* _Work instructions_
Retype, word for word, every line of the records below starting at the one that contains "#87=CARTESIAN_POINT('',(1.25,11.,0.));" and ending at the one that contains "#107=CARTESIAN_POINT('',(9.526279,5.5,0.));"; include both of those lines and nothing more.

====== Records shown ======

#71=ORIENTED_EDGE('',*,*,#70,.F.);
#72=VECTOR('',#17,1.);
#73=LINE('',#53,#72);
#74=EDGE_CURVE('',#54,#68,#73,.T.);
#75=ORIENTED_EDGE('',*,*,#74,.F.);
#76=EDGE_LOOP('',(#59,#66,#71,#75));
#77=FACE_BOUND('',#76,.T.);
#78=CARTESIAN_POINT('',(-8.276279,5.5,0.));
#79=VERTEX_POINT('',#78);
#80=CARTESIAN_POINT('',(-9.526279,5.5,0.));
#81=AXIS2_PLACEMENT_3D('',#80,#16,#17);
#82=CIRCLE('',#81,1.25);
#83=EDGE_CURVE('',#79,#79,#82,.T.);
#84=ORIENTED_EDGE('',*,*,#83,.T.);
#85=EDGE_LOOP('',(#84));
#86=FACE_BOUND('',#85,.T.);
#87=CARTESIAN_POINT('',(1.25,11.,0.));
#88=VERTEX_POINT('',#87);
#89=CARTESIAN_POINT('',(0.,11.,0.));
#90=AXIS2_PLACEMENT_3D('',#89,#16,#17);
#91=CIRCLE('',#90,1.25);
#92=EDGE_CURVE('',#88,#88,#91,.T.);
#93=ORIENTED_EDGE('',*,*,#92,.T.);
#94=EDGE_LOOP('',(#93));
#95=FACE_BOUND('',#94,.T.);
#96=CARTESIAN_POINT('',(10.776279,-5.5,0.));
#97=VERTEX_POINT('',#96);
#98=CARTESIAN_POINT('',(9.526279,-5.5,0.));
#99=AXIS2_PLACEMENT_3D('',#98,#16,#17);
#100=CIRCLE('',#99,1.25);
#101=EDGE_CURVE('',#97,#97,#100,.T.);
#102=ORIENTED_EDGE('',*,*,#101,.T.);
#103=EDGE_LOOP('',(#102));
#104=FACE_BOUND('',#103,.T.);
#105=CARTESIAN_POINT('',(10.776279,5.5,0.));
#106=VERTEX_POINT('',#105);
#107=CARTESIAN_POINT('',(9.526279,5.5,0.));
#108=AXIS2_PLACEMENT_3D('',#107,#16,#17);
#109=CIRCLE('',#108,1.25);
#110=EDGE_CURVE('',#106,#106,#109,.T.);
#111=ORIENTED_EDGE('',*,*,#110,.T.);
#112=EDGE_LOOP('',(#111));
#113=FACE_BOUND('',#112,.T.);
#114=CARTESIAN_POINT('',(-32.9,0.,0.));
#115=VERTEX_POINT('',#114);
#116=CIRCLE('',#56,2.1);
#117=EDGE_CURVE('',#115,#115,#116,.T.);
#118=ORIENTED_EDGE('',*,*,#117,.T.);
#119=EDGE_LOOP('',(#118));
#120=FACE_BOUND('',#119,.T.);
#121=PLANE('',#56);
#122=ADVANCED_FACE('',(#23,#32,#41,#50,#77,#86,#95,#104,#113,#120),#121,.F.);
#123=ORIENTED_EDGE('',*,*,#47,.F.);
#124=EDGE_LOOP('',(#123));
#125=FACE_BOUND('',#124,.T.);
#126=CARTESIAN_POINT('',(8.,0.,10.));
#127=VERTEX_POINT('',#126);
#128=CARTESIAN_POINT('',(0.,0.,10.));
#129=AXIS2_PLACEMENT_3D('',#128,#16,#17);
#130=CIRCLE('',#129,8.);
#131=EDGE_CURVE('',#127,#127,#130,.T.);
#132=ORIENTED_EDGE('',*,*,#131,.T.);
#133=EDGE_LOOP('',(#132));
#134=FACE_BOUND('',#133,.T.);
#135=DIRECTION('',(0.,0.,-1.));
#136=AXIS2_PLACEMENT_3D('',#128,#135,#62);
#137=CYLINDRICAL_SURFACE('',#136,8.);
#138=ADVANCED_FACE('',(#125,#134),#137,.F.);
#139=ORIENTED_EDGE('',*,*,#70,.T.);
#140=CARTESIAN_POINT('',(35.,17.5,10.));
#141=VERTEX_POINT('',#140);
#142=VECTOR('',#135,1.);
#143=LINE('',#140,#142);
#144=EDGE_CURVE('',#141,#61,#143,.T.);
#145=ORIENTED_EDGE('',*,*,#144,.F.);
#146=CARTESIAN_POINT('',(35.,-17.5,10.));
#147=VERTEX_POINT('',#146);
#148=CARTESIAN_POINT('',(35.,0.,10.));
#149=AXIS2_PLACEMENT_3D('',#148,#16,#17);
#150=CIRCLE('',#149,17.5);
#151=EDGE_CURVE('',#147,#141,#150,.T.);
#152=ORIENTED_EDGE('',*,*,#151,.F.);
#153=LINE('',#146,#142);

======
====== Records shown ======

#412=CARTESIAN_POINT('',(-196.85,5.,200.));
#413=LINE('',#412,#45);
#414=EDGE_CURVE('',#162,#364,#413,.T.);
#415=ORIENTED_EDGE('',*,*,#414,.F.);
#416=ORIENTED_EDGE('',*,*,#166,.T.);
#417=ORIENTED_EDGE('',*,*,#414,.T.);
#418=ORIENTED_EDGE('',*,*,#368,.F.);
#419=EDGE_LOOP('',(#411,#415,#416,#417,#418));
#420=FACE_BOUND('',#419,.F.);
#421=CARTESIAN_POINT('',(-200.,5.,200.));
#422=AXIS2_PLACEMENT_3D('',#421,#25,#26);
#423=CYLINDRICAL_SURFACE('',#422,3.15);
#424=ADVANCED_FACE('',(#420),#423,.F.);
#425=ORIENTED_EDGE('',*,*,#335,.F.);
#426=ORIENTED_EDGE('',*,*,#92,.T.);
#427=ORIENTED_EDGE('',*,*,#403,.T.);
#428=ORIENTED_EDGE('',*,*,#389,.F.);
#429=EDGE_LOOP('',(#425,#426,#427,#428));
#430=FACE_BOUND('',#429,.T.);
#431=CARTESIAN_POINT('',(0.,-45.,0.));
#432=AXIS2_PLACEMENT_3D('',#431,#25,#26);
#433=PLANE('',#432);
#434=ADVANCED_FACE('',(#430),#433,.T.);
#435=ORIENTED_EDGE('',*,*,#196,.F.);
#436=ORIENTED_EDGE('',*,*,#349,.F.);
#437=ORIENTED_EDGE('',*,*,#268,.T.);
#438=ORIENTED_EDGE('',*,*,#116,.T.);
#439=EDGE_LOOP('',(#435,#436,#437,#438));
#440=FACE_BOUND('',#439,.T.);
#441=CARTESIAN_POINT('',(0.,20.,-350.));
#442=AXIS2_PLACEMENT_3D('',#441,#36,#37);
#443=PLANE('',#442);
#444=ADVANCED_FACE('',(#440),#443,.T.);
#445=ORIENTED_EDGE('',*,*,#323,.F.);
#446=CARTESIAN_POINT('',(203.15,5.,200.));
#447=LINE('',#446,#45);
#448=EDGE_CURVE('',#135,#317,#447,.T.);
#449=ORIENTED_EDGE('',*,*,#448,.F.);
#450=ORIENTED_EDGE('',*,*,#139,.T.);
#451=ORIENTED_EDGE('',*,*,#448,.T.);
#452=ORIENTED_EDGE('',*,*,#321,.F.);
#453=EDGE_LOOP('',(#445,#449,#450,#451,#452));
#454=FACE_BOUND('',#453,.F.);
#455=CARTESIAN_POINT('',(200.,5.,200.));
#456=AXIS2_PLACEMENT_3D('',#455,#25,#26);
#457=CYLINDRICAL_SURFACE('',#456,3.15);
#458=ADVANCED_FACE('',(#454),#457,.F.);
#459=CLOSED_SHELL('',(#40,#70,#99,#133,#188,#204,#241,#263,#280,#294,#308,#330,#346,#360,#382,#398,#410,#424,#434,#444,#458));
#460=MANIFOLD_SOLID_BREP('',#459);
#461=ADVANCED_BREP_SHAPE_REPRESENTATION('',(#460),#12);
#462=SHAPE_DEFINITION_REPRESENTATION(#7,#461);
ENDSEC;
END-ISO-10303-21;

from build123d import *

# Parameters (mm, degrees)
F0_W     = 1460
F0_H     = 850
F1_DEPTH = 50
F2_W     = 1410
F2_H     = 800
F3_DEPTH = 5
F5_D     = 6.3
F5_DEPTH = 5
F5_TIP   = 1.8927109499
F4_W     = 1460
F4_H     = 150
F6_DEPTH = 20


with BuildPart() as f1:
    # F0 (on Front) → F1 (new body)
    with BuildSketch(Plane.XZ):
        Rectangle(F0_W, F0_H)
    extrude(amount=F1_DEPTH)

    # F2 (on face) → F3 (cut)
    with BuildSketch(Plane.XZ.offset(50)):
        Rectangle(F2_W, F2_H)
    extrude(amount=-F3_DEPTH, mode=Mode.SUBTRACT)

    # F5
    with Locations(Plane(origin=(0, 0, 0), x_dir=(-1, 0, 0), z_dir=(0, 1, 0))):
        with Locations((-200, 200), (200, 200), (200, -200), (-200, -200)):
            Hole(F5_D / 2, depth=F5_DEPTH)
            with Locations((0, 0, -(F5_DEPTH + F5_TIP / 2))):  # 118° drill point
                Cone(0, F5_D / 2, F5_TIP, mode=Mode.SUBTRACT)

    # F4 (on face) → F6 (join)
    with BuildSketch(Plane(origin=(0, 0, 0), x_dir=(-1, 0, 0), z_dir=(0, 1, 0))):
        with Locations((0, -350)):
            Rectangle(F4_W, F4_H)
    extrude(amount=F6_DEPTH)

======

* _Answer space_
#87=CARTESIAN_POINT('',(1.25,11.,0.));
#88=VERTEX_POINT('',#87);
#89=CARTESIAN_POINT('',(0.,11.,0.));
#90=AXIS2_PLACEMENT_3D('',#89,#16,#17);
#91=CIRCLE('',#90,1.25);
#92=EDGE_CURVE('',#88,#88,#91,.T.);
#93=ORIENTED_EDGE('',*,*,#92,.T.);
#94=EDGE_LOOP('',(#93));
#95=FACE_BOUND('',#94,.T.);
#96=CARTESIAN_POINT('',(10.776279,-5.5,0.));
#97=VERTEX_POINT('',#96);
#98=CARTESIAN_POINT('',(9.526279,-5.5,0.));
#99=AXIS2_PLACEMENT_3D('',#98,#16,#17);
#100=CIRCLE('',#99,1.25);
#101=EDGE_CURVE('',#97,#97,#100,.T.);
#102=ORIENTED_EDGE('',*,*,#101,.T.);
#103=EDGE_LOOP('',(#102));
#104=FACE_BOUND('',#103,.T.);
#105=CARTESIAN_POINT('',(10.776279,5.5,0.));
#106=VERTEX_POINT('',#105);
#107=CARTESIAN_POINT('',(9.526279,5.5,0.));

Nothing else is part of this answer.